Return the number of groups in a <regex>.

Signature:

regex-group-count regex => num-groups

Parameters:
Values:
regex-position Sealed Generic function

Find the position of pattern in text.

Signature:

regex-position pattern text #key start end case-sensitive => regex-start, #rest marks

Parameters:
  • pattern – A <regex>.

  • text – A <string>.

  • start (#key) – A <integer>, default 0. The index at which to start the search.

  • end (#key) – An <integer>, default *text*.size. The index at which to end the search.

  • case-sensitive (#key) – A <boolean>, default #t.

Values:
  • regex-start – An instance of false-or(<integer>).

  • #rest marks – An instance of <object>.

A match will only be found if it fits entirely within the range specified by start and end.

If the regular expression is not found, return #f, otherwise return a variable number of indices marking the start and end of groups.

This is a low-level API. Use regex-search if you want to get a <regex-match> object back.

regex-replace Sealed Generic function

Replace occurrences of pattern within big with replacement.

Signature:

regex-replace big pattern replacement #key start end count case-sensitive => new-string

Parameters:
  • big – The <string> within which to search.

  • pattern – The <regex> to search for.

  • replacement – The <string> to replace pattern with.

  • start (#key) – An <integer>, default 0. The index in big at which to start searching.

  • end (#key) – An <integer>, default *big*.size. The index at which to end the search.

  • case-sensitive (#key) – A <boolean>, default #t.

  • count (#key) – An instance of false-or(<integer>), default #f. The number of matches to replace. #f means to replace all.

Values:
  • new-string – An instance of <string>.

A match will only be found if it fits entirely within the range specified by start and end.

Search for a pattern within text.

Signature:

regex-search pattern text #key anchored start end case-sensitive => match

Parameters:
  • pattern – The <regex> to search for.

  • text – The <string> in which to search.
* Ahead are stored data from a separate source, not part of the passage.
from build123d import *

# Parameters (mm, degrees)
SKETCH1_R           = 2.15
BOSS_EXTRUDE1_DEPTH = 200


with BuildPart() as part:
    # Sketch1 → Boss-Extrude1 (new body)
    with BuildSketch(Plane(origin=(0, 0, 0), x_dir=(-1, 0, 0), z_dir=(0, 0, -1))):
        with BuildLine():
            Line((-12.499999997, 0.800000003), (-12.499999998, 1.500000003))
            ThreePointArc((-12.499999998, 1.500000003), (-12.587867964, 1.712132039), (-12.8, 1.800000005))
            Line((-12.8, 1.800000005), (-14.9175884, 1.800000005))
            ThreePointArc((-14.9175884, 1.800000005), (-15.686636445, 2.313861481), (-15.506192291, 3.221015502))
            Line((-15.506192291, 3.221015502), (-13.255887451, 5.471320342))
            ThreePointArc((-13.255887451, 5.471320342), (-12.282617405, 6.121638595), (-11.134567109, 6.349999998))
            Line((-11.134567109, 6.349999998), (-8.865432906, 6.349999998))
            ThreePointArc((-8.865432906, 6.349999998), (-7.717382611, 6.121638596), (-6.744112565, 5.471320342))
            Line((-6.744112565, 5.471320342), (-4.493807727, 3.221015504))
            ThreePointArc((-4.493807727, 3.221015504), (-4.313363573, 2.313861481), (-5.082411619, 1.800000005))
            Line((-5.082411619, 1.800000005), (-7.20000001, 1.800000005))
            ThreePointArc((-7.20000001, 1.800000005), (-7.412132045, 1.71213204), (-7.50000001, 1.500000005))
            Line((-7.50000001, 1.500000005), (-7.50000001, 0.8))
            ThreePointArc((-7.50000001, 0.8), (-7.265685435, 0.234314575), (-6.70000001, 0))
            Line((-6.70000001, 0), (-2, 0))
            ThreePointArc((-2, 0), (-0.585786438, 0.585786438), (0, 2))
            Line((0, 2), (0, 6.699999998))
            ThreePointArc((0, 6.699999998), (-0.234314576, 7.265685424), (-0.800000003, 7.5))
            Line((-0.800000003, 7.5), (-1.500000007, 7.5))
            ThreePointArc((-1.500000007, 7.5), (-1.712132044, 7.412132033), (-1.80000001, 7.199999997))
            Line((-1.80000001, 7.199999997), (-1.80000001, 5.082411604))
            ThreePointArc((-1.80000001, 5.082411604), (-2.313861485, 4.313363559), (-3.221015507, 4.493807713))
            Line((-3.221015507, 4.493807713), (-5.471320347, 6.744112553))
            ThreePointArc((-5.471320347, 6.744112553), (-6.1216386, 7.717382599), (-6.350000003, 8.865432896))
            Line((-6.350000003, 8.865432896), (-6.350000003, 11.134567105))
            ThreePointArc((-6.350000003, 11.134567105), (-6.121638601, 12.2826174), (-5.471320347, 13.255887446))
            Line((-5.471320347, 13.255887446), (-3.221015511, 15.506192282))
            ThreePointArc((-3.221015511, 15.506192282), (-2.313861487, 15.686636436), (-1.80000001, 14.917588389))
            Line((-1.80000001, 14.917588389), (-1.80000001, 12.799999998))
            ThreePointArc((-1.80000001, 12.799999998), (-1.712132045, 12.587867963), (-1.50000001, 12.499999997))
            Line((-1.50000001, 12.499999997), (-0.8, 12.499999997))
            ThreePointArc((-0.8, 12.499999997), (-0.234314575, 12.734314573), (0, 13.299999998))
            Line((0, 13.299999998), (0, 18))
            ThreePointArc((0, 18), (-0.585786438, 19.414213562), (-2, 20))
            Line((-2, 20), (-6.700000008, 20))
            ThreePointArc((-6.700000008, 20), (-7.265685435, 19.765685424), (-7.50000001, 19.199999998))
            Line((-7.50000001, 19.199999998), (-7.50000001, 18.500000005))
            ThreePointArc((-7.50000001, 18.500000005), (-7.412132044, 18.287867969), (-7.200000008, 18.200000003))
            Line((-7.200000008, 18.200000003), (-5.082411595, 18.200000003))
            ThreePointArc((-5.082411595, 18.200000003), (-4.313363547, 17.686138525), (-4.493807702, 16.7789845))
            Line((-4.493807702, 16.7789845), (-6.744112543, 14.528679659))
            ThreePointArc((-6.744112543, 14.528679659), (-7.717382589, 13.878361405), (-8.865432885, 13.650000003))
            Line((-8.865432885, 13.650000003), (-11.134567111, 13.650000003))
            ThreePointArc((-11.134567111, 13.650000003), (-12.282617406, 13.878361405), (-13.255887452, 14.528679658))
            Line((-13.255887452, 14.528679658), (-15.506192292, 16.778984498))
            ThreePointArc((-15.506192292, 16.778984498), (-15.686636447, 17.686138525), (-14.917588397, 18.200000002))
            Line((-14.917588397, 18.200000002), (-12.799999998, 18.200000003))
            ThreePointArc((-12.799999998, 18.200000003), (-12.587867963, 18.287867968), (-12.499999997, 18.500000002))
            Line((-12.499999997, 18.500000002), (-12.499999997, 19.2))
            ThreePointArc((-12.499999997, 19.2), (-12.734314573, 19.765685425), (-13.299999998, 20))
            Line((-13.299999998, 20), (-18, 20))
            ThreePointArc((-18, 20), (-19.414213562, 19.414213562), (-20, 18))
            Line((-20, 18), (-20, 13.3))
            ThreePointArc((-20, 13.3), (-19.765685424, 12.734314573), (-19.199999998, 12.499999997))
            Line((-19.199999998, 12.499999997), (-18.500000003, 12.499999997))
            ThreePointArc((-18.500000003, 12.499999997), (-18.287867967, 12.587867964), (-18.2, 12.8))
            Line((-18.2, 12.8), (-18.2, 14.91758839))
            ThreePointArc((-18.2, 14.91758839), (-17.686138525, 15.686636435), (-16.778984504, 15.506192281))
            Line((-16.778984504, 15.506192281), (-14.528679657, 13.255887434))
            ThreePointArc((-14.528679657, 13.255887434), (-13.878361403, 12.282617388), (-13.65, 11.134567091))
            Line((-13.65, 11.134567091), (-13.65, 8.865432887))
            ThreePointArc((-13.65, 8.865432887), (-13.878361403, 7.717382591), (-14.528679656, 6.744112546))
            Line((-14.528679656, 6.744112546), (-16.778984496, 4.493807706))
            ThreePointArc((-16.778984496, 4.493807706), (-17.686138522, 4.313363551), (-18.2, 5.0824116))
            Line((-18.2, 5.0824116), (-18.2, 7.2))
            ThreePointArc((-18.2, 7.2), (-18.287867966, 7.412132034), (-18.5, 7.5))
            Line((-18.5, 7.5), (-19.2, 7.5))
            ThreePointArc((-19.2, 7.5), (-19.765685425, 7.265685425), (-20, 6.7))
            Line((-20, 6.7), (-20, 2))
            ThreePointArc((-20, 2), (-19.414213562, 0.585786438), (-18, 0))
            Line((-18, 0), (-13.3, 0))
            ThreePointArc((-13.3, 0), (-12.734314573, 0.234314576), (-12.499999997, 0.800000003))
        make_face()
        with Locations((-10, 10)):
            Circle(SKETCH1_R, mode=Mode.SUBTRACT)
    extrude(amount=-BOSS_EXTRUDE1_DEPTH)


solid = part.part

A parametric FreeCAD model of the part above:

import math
import FreeCAD as App
import Part
import Sketcher
from FreeCAD import Vector
Q = App.Units.Quantity

doc = App.newDocument("Part")
body = doc.addObject("PartDesign::Body", "Body")

sketch1 = body.newObject("Sketcher::SketchObject", "Sketch")
sketch1.AttachmentSupport = (doc.getObject("XY_Plane"), [""])
sketch1.MapMode = "FlatFace"
sketch1.addGeometry([
    Part.LineSegment(Vector(12.5, 0.8, 0), Vector(12.5, 1.5, 0)),
    Part.ArcOfCircle(Part.Circle(Vector(12.8, 1.5, 0), Vector(0, 0, 1), 0.3), math.radians(90), math.radians(180)),
    Part.LineSegment(Vector(12.8, 1.8, 0), Vector(14.917588, 1.8, 0)),
    Part.ArcOfCircle(Part.Circle(Vector(14.917588, 2.632412, 0), Vector(0, 0, 1), 0.832412), math.radians(-90), math.radians(45)),
    Part.LineSegment(Vector(15.506192, 3.221016, 0), Vector(13.255887, 5.47132, 0)),
    Part.ArcOfCircle(Part.Circle(Vector(11.134567, 3.35, 0), Vector(0, 0, 1), 3), math.radians(45), math.radians(90)),
    Part.LineSegment(Vector(11.134567, 6.35, 0), Vector(8.865433, 6.35, 0)),
    Part.ArcOfCircle(Part.Circle(Vector(8.865433, 3.35, 0), Vector(0, 0, 1), 3), math.radians(90), math.radians(135)),
    Part.LineSegment(Vector(6.744113, 5.47132, 0), Vector(4.493808, 3.221016, 0)),
    Part.ArcOfCircle(Part.Circle(Vector(5.082412, 2.632412, 0), Vector(0, 0, 1), 0.832412), math.radians(135), math.radians(270)),
    Part.LineSegment(Vector(5.082412, 1.8, 0), Vector(7.2, 1.8, 0)),
    Part.ArcOfCircle(Part.Circle(Vector(7.2, 1.5, 0), Vector(0, 0, 1), 0.3), math.radians(0), math.radians(90)),
    Part.LineSegment(Vector(7.5, 1.5, 0), Vector(7.5, 0.8, 0)),
    Part.ArcOfCircle(Part.Circle(Vector(6.7, 0.8, 0), Vector(0, 0, 1), 0.8), math.radians(-90), math.radians(0)),
    Part.LineSegment(Vector(6.7, 0, 0), Vector(2, 0, 0)),
    Part.ArcOfCircle(Part.Circle(Vector(2, 2, 0), Vector(0, 0, 1), 2), math.radians(-180), math.radians(-90)),
    Part.LineSegment(Vector(0, 2, 0), Vector(0, 6.7, 0)),
    Part.ArcOfCircle(Part.Circle(Vector(0.8, 6.7, 0), Vector(0, 0, 1), 0.8), math.radians(90), math.radians(180)),
    Part.LineSegment(Vector(0.8, 7.5, 0), Vector(1.5, 7.5, 0)),
    Part.ArcOfCircle(Part.Circle(Vector(1.5, 7.2, 0), Vector(0, 0, 1), 0.3), math.radians(0), math.radians(90)),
  • anchored (#key) – A <boolean>, default #f. Whether or not the search should be anchored at the start position. This is useful because “^…” will only match at the beginning of a string, or after \n if the regex was compiled with multi-line = #t.
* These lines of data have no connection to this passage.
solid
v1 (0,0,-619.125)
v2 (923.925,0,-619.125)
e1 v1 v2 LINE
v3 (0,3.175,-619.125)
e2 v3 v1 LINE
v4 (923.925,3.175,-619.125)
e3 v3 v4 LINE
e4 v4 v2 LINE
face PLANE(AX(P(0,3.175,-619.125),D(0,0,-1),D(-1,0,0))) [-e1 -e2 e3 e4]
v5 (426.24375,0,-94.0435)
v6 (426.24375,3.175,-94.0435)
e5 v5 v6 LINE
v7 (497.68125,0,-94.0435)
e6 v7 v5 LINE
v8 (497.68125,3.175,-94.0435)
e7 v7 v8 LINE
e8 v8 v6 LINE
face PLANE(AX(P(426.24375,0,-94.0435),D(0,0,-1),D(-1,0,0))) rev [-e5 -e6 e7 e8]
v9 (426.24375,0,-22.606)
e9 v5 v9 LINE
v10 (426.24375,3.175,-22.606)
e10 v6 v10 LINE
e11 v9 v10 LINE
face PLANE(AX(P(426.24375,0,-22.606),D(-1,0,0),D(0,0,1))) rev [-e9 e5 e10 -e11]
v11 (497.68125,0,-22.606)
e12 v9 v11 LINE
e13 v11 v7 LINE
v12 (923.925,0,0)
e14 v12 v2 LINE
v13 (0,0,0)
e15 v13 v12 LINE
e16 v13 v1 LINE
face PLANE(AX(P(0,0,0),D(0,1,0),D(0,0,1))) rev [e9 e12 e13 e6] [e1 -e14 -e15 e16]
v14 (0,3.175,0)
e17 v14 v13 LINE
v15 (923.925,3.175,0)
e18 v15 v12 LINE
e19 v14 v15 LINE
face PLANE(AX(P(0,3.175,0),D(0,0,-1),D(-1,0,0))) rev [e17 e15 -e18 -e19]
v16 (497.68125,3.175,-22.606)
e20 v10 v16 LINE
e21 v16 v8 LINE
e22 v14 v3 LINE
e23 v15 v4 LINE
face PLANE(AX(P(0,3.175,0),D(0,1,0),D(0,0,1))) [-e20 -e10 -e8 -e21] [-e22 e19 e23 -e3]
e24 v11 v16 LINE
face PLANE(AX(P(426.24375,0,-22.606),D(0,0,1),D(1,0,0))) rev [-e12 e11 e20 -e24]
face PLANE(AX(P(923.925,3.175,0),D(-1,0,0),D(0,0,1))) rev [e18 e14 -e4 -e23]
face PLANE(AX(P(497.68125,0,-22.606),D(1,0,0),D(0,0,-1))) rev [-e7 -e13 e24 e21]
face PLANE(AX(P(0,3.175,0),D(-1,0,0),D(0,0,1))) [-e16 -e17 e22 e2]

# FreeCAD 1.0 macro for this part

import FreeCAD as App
import Part
import Sketcher

V = App.Vector
Q = App.Units.Quantity


def add_polygon(sketch, points):
    """Adds a closed chain of lines whose ends are joined by coincident constraints."""
    first, n = sketch.GeometryCount, len(points)
    for a, b in zip(points, points[1:] + points[:1]):
        sketch.addGeometry(Part.LineSegment(App.Vector(*a, 0), App.Vector(*b, 0)), False)
    for i in range(n):
        sketch.addConstraint(Sketcher.Constraint("Coincident", first + i, 2, first + (i + 1) % n, 1))

doc = App.newDocument("Part")
params = doc.addObject("Spreadsheet::Sheet", "Params")
for row, (alias, value) in enumerate([
    ("sketch1_width", "36.375 in"),
    ("sketch1_height", "24.375 in"),
    ("pad1_length", "0.125 in"),
    ("sketch2_width", "2.8125 in"),
], start=1):
    params.set(f"A{row}", alias)
    params.set(f"B{row}", "=" + value)
    params.setAlias(f"B{row}", alias)

body = doc.addObject("PartDesign::Body", "Body")

# Sketch on XZ plane
sketch1 = body.newObject("Sketcher::SketchObject", "Sketch")
sketch1.AttachmentSupport = (doc.getObject("XZ_Plane"), [""])
sketch1.MapMode = "FlatFace"
add_polygon(sketch1, [(0, -619), (0, 0), (924, 0), (924, -619)])  # lines 0-3
sketch1.addConstraint([
    Sketcher.Constraint("Vertical", 0),
    Sketcher.Constraint("Horizontal", 1),
    Sketcher.Constraint("Vertical", 2),
    Sketcher.Constraint("Horizontal", 3),
    Sketcher.Constraint("Coincident", 0, 2, -1, 1),
    Sketcher.Constraint("DistanceX", 1, 1, 1, 2, Q("36.375 in")),
    Sketcher.Constraint("DistanceY", 0, 1, 0, 2, Q("24.375 in")),
])
sketch1.setExpression("Constraints[9]", "Params.sketch1_width")
sketch1.setExpression("Constraints[10]", "Params.sketch1_height")
pad1 = body.newObject("PartDesign::Pad", "Pad")
pad1.Profile = sketch1
pad1.setExpression("Length", "Params.pad1_length")
pad1.Reversed = True

# Sketch on XZ plane
sketch2 = body.newObject("Sketcher::SketchObject", "Sketch001")
sketch2.AttachmentSupport = (doc.getObject("XZ_Plane"), [""])
sketch2.MapMode = "FlatFace"
sketch2.AttachmentOffset = App.Placement(V(0, 0, -0.125 * 25.4), App.Rotation())
add_polygon(sketch2, [(426, -94), (426, -23), (498, -23), (498, -94)])  # lines 0-3
sketch2.addConstraint([
    Sketcher.Constraint("Vertical", 0),
    Sketcher.Constraint("Horizontal", 1),
    Sketcher.Constraint("Vertical", 2),
    Sketcher.Constraint("Horizontal", 3),
    Sketcher.Constraint("Equal", 3, 0),
    Sketcher.Constraint("DistanceX", 1, 1, 1, 2, Q("2.8125 in")),
    Sketcher.Constraint("DistanceY", 0, 2, -1, 1, Q("0.89 in")),
    Sketcher.Constraint("DistanceX", -1, 1, 0, 2, Q("16.78125 in")),
])
sketch2.setExpression("Constraints[9]", "Params.sketch2_width")
pocket1 = body.newObject("PartDesign::Pocket", "Pocket")
pocket1.Profile = sketch2
pocket1.Type = "ThroughAll"
pocket1.Midplane = True

doc.recompute()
  • start (#key) – An <integer>, default 0. The index in text at which to start searching.

  • end (#key) – An <integer>, default *text*.size. The index at which to end the search.
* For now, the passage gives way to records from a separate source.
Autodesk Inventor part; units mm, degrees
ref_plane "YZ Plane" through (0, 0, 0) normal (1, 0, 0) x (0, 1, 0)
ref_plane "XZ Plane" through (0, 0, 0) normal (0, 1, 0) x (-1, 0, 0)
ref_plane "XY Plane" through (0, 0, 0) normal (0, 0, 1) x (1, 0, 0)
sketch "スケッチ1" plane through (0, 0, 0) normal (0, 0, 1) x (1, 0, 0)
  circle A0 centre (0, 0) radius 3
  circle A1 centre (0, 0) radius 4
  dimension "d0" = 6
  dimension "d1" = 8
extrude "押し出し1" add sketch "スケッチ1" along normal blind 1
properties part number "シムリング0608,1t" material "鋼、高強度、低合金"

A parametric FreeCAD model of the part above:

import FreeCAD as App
import Part
import Sketcher
Q = App.Units.Quantity

doc = App.newDocument("Part")
body = doc.addObject("PartDesign::Body", "Body")

# Sketch on XY plane
sketch1 = body.newObject("Sketcher::SketchObject", "Sketch")
sketch1.AttachmentSupport = (doc.getObject("XY_Plane"), [""])
sketch1.MapMode = "FlatFace"
sketch1.addGeometry([
    Part.Circle(App.Vector(0, 0, 0), App.Vector(0, 0, 1), 4),
    Part.Circle(App.Vector(0, 0, 0), App.Vector(0, 0, 1), 3),
], False)
sketch1.addConstraint([
    Sketcher.Constraint("Coincident", 0, 3, -1, 1),
    Sketcher.Constraint("Coincident", 1, 3, -1, 1),
    Sketcher.Constraint("Diameter", 0, Q("8 mm")),
    Sketcher.Constraint("Diameter", 1, Q("6 mm")),
])
pad1 = body.newObject("PartDesign::Pad", "Pad")
pad1.Profile = sketch1
pad1.Length = 1

doc.recompute()
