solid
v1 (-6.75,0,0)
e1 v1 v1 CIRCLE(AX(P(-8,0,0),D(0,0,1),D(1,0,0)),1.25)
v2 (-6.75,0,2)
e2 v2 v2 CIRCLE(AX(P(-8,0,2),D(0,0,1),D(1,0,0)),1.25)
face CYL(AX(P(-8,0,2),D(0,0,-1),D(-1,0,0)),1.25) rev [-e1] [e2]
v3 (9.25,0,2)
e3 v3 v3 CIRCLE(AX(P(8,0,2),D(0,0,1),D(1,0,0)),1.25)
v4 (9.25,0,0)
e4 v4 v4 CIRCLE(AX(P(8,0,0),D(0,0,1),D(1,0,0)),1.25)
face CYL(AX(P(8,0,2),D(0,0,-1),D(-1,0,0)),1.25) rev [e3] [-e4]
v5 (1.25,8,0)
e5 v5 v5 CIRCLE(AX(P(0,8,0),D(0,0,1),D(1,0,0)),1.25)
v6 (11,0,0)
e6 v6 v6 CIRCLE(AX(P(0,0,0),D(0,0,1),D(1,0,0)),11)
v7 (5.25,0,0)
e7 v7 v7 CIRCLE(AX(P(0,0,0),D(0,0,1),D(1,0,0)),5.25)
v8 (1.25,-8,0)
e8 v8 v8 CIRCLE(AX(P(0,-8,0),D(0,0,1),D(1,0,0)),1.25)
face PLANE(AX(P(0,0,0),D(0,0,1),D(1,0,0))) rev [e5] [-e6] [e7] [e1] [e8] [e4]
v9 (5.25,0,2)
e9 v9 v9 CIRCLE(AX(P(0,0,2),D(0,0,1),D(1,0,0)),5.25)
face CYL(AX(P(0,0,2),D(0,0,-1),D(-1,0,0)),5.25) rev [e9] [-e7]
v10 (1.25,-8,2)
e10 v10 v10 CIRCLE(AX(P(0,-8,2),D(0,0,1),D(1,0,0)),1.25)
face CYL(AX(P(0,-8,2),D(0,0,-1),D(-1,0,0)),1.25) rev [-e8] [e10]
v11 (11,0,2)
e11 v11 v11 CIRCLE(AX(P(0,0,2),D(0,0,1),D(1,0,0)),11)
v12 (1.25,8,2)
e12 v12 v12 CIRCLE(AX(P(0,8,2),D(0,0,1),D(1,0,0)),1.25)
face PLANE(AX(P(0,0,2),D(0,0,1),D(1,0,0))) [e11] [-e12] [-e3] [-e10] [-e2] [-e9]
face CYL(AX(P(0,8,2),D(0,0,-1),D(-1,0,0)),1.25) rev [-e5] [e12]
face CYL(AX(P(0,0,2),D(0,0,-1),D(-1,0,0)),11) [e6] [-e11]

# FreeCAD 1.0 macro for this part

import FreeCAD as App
import Part
import Sketcher
from FreeCAD import Vector
Q = App.Units.Quantity

doc = App.newDocument("Part")
params = doc.addObject("Spreadsheet::Sheet", "Params")
for row, (alias, value) in enumerate([
    ("sketch1_diameter", "22 mm"),
    ("sketch1_diameter2", "2.5 mm"),
    ("sketch1_diameter3", "10.5 mm"),
    ("pad1_length", "2 mm"),
], start=1):
    params.set(f"A{row}", alias)
    params.set(f"B{row}", "=" + value)
    params.setAlias(f"B{row}", alias)

body = doc.addObject("PartDesign::Body", "Body")

# Sketch on XY plane
sketch1 = body.newObject("Sketcher::SketchObject", "Sketch")
sketch1.AttachmentSupport = (doc.getObject("XY_Plane"), [""])
sketch1.MapMode = "FlatFace"
sketch1.addGeometry(Part.Circle(Vector(0, 0, 0), Vector(0, 0, 1), 11), False)
sketch1.addGeometry(Part.Circle(Vector(0, -8, 0), Vector(0, 0, 1), 1.2), False)
sketch1.addGeometry(Part.Circle(Vector(-8, 0, 0), Vector(0, 0, 1), 1.2), False)
sketch1.addGeometry(Part.Circle(Vector(0, 0, 0), Vector(0, 0, 1), 5.2), False)
sketch1.addGeometry(Part.Circle(Vector(8, 0, 0), Vector(0, 0, 1), 1.2), False)
sketch1.addGeometry(Part.Circle(Vector(0, 8, 0), Vector(0, 0, 1), 1.2), False)
sketch1.addConstraint(Sketcher.Constraint("Coincident", 0, 3, -1, 1))
sketch1.addConstraint(Sketcher.Constraint("Coincident", 3, 3, -1, 1))
sketch1.addConstraint(Sketcher.Constraint("Equal", 1, 2))
sketch1.addConstraint(Sketcher.Constraint("Equal", 2, 4))
sketch1.addConstraint(Sketcher.Constraint("Equal", 4, 5))
sketch1.addConstraint(Sketcher.Constraint("Symmetric", 2, 3, 4, 3, -1, 1))
sketch1.addConstraint(Sketcher.Constraint("Symmetric", 1, 3, 5, 3, -1, 1))
sketch1.addConstraint(Sketcher.Constraint("PointOnObject", 1, 3, -2))
sketch1.addConstraint(Sketcher.Constraint("PointOnObject", 2, 3, -1))
sketch1.addConstraint(Sketcher.Constraint("Diameter", 0, Q("22 mm")))
sketch1.addConstraint(Sketcher.Constraint("Diameter", 1, Q("2.5 mm")))
sketch1.addConstraint(Sketcher.Constraint("Diameter", 3, Q("10.5 mm")))
sketch1.addConstraint(Sketcher.Constraint("DistanceY", 1, 3, -1, 1, Q("8 mm")))
sketch1.addConstraint(Sketcher.Constraint("DistanceX", 2, 3, -1, 1, Q("8 mm")))
sketch1.setExpression("Constraints[9]", "Params.sketch1_diameter")
sketch1.setExpression("Constraints[10]", "Params.sketch1_diameter2")
sketch1.setExpression("Constraints[11]", "Params.sketch1_diameter3")
pad1 = body.newObject("PartDesign::Pad", "Pad")
pad1.Profile = sketch1
pad1.setExpression("Length", "Params.pad1_length")

doc.recompute()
  • case-sensitive (#key) – A <boolean>, default #t.

Values:
  • match – An instance of false-or(<regex-match>). #f is returned if no match was found.

A match will only be found if it fits entirely within the range specified by start and end.

regex-search-strings Sealed Generic function

Find all matches for a regular expression within a string.

Signature:

regex-search-strings pattern text #key anchored start end case-sensitive => #rest strings

Parameters:
  • pattern – An instance of <regex>.

  • text – An instance of <string>.

  • anchored (#key) – An instance of <boolean>.

  • start (#key) – An <integer>, default 0. The index in text at which to start searching.

  • end (#key) – An <integer>, default *text*.size. The index at which to end the search.

  • case-sensitive (#key) – A <boolean>, default #t.

Values:
  • #rest strings – An instance of <object>.

A match will only be found if it fits entirely within the range specified by start and end.

match-group Sealed Generic function

Return information about a specific match group in a <regex-match>.

Signature:

match-group match group => text start-index end-index

Parameters:
Values:
  • text – An instance of false-or(<string>).

  • start-index – An instance of false-or(<integer>).

  • end-index – An instance of false-or(<integer>).

Conditions:

<invalid-match-group> is signalled if group does not name a valid group.

The requested group may be an <integer> to access groups by number, or a <string> to access groups by name. Accessing groups by name only works if they were given names in the compiled regular expression via the (?<foo>...) syntax.

Group 0 is always the entire regular expression match.

It is possible for the group identifier to be valid and for #f to be returned. This can happen, for example, if the group was in the part of an | (or) expression that didn’t match.